The entries below hold a line with "#147=EDGE_CURVE('',#140,#54,#146,.T.);" and a line with "#163=AXIS2_PLACEMENT_3D('',#24,#42,#55);". Return those lines and all that lie between them, exactly and only.

### [RAW DATA]
--

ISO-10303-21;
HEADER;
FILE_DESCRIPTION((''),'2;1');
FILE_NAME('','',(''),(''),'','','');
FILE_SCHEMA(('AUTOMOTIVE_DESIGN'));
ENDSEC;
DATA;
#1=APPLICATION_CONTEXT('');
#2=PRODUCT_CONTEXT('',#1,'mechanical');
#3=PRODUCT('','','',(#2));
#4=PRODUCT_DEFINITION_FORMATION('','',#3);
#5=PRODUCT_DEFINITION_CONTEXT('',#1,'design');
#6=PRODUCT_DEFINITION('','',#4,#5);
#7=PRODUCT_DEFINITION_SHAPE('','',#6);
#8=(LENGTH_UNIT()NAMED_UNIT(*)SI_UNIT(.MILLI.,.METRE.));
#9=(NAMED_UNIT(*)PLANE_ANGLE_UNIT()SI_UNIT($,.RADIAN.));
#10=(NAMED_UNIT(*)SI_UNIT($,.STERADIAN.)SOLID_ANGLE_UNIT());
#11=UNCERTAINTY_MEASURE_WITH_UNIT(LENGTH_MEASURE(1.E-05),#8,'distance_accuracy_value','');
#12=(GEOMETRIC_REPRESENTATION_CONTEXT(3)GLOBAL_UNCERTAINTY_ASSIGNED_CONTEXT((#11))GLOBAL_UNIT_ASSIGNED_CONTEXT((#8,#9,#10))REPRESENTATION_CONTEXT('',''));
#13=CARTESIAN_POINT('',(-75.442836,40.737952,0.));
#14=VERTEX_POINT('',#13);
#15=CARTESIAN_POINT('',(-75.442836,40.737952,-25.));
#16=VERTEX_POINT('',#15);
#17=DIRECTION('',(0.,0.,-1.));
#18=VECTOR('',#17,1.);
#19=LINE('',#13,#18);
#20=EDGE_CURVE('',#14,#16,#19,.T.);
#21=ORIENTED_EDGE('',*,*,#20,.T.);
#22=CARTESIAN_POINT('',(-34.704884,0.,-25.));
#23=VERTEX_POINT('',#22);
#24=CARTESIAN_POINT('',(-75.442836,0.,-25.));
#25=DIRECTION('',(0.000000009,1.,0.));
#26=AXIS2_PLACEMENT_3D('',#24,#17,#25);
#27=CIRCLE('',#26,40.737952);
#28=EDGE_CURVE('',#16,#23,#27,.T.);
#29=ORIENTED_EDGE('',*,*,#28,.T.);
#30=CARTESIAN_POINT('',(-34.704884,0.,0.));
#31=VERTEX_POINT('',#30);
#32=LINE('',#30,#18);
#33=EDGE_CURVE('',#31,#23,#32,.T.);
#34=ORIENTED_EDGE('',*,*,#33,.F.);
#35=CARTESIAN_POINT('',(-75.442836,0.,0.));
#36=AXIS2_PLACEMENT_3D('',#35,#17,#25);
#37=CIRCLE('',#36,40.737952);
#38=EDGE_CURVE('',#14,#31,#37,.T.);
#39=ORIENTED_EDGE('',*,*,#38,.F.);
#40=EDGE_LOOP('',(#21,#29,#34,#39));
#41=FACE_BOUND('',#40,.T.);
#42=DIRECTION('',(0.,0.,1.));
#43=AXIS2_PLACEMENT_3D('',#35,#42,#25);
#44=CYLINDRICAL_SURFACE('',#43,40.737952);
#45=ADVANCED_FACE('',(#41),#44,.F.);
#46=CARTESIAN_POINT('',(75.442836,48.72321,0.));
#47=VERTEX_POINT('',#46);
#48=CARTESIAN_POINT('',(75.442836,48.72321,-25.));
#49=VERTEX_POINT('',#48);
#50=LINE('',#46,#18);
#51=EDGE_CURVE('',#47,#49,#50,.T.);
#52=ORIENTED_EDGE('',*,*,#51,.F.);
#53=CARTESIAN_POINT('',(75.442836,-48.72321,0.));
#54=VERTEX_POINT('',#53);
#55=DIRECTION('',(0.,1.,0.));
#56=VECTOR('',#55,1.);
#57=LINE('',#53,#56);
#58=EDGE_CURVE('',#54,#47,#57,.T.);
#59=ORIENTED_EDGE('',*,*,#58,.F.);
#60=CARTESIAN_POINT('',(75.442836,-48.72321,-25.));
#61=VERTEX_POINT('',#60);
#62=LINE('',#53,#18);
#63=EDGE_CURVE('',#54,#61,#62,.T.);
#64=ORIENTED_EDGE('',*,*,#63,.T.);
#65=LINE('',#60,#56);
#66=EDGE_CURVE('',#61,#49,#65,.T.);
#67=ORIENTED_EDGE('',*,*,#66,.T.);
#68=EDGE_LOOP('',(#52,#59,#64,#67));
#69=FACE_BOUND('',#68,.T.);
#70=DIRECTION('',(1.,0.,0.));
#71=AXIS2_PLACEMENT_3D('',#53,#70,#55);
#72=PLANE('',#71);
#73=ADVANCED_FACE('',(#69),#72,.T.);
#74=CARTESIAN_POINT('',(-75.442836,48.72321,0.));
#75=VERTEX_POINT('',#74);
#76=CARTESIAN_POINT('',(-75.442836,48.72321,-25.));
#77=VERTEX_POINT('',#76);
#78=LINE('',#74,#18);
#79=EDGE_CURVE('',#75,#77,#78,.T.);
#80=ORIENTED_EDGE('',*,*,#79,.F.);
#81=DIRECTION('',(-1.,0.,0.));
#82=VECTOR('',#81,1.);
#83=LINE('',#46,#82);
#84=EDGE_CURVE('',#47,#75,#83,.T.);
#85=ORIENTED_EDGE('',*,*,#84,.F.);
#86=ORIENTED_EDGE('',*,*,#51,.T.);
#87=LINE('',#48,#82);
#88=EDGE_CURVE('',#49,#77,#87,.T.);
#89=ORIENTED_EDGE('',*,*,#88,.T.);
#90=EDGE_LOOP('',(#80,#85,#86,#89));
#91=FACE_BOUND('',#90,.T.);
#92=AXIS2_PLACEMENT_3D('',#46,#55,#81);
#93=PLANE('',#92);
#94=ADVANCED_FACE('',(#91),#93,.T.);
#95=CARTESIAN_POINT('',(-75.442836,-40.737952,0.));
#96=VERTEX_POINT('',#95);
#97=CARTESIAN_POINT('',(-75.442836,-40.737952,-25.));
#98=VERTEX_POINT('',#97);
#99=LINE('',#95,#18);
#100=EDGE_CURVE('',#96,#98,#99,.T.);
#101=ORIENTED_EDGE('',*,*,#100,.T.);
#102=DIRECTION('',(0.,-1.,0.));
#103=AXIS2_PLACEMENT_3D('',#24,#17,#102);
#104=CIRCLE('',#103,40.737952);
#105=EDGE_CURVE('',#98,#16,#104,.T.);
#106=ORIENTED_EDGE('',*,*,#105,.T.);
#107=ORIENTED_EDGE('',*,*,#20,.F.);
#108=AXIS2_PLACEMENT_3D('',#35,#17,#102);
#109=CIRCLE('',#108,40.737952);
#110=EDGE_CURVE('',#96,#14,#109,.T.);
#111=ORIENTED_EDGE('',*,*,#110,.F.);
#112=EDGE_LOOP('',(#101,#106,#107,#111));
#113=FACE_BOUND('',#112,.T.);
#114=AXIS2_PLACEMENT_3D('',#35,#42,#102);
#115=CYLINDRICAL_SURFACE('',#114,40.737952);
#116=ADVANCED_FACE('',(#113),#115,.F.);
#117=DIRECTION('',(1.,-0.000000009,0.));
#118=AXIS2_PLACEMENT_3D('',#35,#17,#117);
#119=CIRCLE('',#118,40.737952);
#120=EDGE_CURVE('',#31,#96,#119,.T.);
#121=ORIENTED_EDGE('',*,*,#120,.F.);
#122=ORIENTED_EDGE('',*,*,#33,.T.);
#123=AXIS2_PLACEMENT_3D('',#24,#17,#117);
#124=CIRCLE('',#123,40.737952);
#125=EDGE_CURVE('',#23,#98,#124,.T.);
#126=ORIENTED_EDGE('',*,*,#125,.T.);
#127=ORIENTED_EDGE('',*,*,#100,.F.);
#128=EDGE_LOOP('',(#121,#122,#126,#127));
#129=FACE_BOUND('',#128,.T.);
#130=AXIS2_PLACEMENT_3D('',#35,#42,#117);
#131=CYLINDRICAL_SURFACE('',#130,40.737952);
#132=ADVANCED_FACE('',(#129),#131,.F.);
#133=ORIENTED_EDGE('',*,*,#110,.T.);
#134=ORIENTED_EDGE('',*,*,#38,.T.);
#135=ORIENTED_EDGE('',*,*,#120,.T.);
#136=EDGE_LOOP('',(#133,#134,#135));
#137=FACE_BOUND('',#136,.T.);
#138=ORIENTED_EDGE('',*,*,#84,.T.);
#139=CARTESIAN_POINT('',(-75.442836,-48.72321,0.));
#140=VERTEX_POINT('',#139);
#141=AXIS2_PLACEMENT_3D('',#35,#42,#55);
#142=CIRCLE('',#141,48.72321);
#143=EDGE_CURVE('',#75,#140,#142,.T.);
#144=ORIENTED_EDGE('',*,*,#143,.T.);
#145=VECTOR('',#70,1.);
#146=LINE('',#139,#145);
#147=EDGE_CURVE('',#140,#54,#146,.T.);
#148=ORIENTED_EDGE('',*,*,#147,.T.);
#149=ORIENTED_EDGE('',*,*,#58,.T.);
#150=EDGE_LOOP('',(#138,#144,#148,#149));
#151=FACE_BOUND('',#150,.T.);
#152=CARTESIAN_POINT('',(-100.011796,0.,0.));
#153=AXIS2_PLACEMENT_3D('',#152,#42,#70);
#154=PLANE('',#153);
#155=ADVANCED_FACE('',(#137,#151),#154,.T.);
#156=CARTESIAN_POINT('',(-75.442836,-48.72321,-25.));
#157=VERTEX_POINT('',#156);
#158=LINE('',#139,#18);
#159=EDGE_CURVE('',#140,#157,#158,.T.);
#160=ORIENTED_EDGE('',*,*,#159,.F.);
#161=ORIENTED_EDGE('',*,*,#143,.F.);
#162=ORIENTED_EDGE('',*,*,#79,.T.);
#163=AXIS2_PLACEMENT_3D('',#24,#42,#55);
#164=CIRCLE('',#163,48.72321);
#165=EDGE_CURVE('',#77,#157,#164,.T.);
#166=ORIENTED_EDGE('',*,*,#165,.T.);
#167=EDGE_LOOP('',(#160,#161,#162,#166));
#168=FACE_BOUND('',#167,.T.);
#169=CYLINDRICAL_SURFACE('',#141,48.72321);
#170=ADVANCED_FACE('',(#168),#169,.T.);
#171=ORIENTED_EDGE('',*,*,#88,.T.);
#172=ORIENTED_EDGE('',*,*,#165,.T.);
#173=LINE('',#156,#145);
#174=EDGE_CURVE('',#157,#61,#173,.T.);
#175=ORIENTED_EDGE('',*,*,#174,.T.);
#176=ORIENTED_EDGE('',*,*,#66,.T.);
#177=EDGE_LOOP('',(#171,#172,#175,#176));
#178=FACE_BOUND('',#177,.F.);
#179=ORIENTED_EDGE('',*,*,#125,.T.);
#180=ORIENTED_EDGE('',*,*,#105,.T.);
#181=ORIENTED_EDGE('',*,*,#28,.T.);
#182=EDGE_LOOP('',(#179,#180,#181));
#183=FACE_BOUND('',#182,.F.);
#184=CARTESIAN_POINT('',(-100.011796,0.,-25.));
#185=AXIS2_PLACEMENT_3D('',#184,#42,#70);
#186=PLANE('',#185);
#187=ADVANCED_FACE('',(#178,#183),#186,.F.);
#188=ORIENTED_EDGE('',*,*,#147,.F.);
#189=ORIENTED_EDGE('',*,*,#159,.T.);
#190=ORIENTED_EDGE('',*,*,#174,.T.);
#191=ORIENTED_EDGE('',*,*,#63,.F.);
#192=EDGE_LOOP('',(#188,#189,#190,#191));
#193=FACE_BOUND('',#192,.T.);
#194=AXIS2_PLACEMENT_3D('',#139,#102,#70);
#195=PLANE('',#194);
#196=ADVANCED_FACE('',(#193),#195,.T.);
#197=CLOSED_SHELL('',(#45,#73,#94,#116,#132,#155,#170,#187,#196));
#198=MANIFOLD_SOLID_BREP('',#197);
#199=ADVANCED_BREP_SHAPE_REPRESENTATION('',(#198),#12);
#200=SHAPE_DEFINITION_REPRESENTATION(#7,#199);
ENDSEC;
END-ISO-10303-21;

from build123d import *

# Parameters (mm, degrees)
F1_DEPTH = 25


with BuildPart() as f1:
    # F0 (on Top) → F1 (new body)
    with BuildSketch(Plane.XY):
        with BuildLine():
            Line((-75.442836, 40.737952), (-75.442836, 48.72321))
            ThreePointArc((-75.442836, 48.72321), (-124.166046, 0), (-75.442836, -48.72321))
            Line((-75.442836, -48.72321), (-75.442836, -40.737952))
            ThreePointArc((-75.442836, -40.737952), (-116.180788, 0), (-75.442836, 40.737952))
        make_face()
        with BuildLine():
            ThreePointArc((-26.719625, 0), (-40.990323, 34.452512), (-75.442836, 48.72321))
            Line((-75.442836, 48.72321), (-75.442836, 40.737952))
            ThreePointArc((-75.442836, 40.737952), (-46.636754, 28.806082), (-34.704884, 0))
            ThreePointArc((-34.704884, 0), (-46.636754, -28.806082), (-75.442836, -40.737952))
            Line((-75.442836, -40.737952), (-75.442836, -48.72321))
            ThreePointArc((-75.442836, -48.72321), (-40.990323, -34.452512), (-26.719625, 0))
        make_face()
        with BuildLine():
            Line((75.442836, 48.72321), (-75.442836, 48.72321))
            ThreePointArc((-75.442836, 48.72321), (-40.990323, 34.452512), (-26.719625, 0))
            ThreePointArc((-26.719625, 0), (-40.990323, -34.452512), (-75.442836, -48.72321))
            Line((-75.442836, -48.72321), (75.442836, -48.72321))
            Line((75.442836, -48.72321), (75.442836, 48.72321))
        make_face()
    extrude(amount=-F1_DEPTH)


solid = f1.part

--

### [RESPONSE AREA]
#147=EDGE_CURVE('',#140,#54,#146,.T.);
#148=ORIENTED_EDGE('',*,*,#147,.T.);
#149=ORIENTED_EDGE('',*,*,#58,.T.);
#150=EDGE_LOOP('',(#138,#144,#148,#149));
#151=FACE_BOUND('',#150,.T.);
#152=CARTESIAN_POINT('',(-100.011796,0.,0.));
#153=AXIS2_PLACEMENT_3D('',#152,#42,#70);
#154=PLANE('',#153);
#155=ADVANCED_FACE('',(#137,#151),#154,.T.);
#156=CARTESIAN_POINT('',(-75.442836,-48.72321,-25.));
#157=VERTEX_POINT('',#156);
#158=LINE('',#139,#18);
#159=EDGE_CURVE('',#140,#157,#158,.T.);
#160=ORIENTED_EDGE('',*,*,#159,.F.);
#161=ORIENTED_EDGE('',*,*,#143,.F.);
#162=ORIENTED_EDGE('',*,*,#79,.T.);
#163=AXIS2_PLACEMENT_3D('',#24,#42,#55);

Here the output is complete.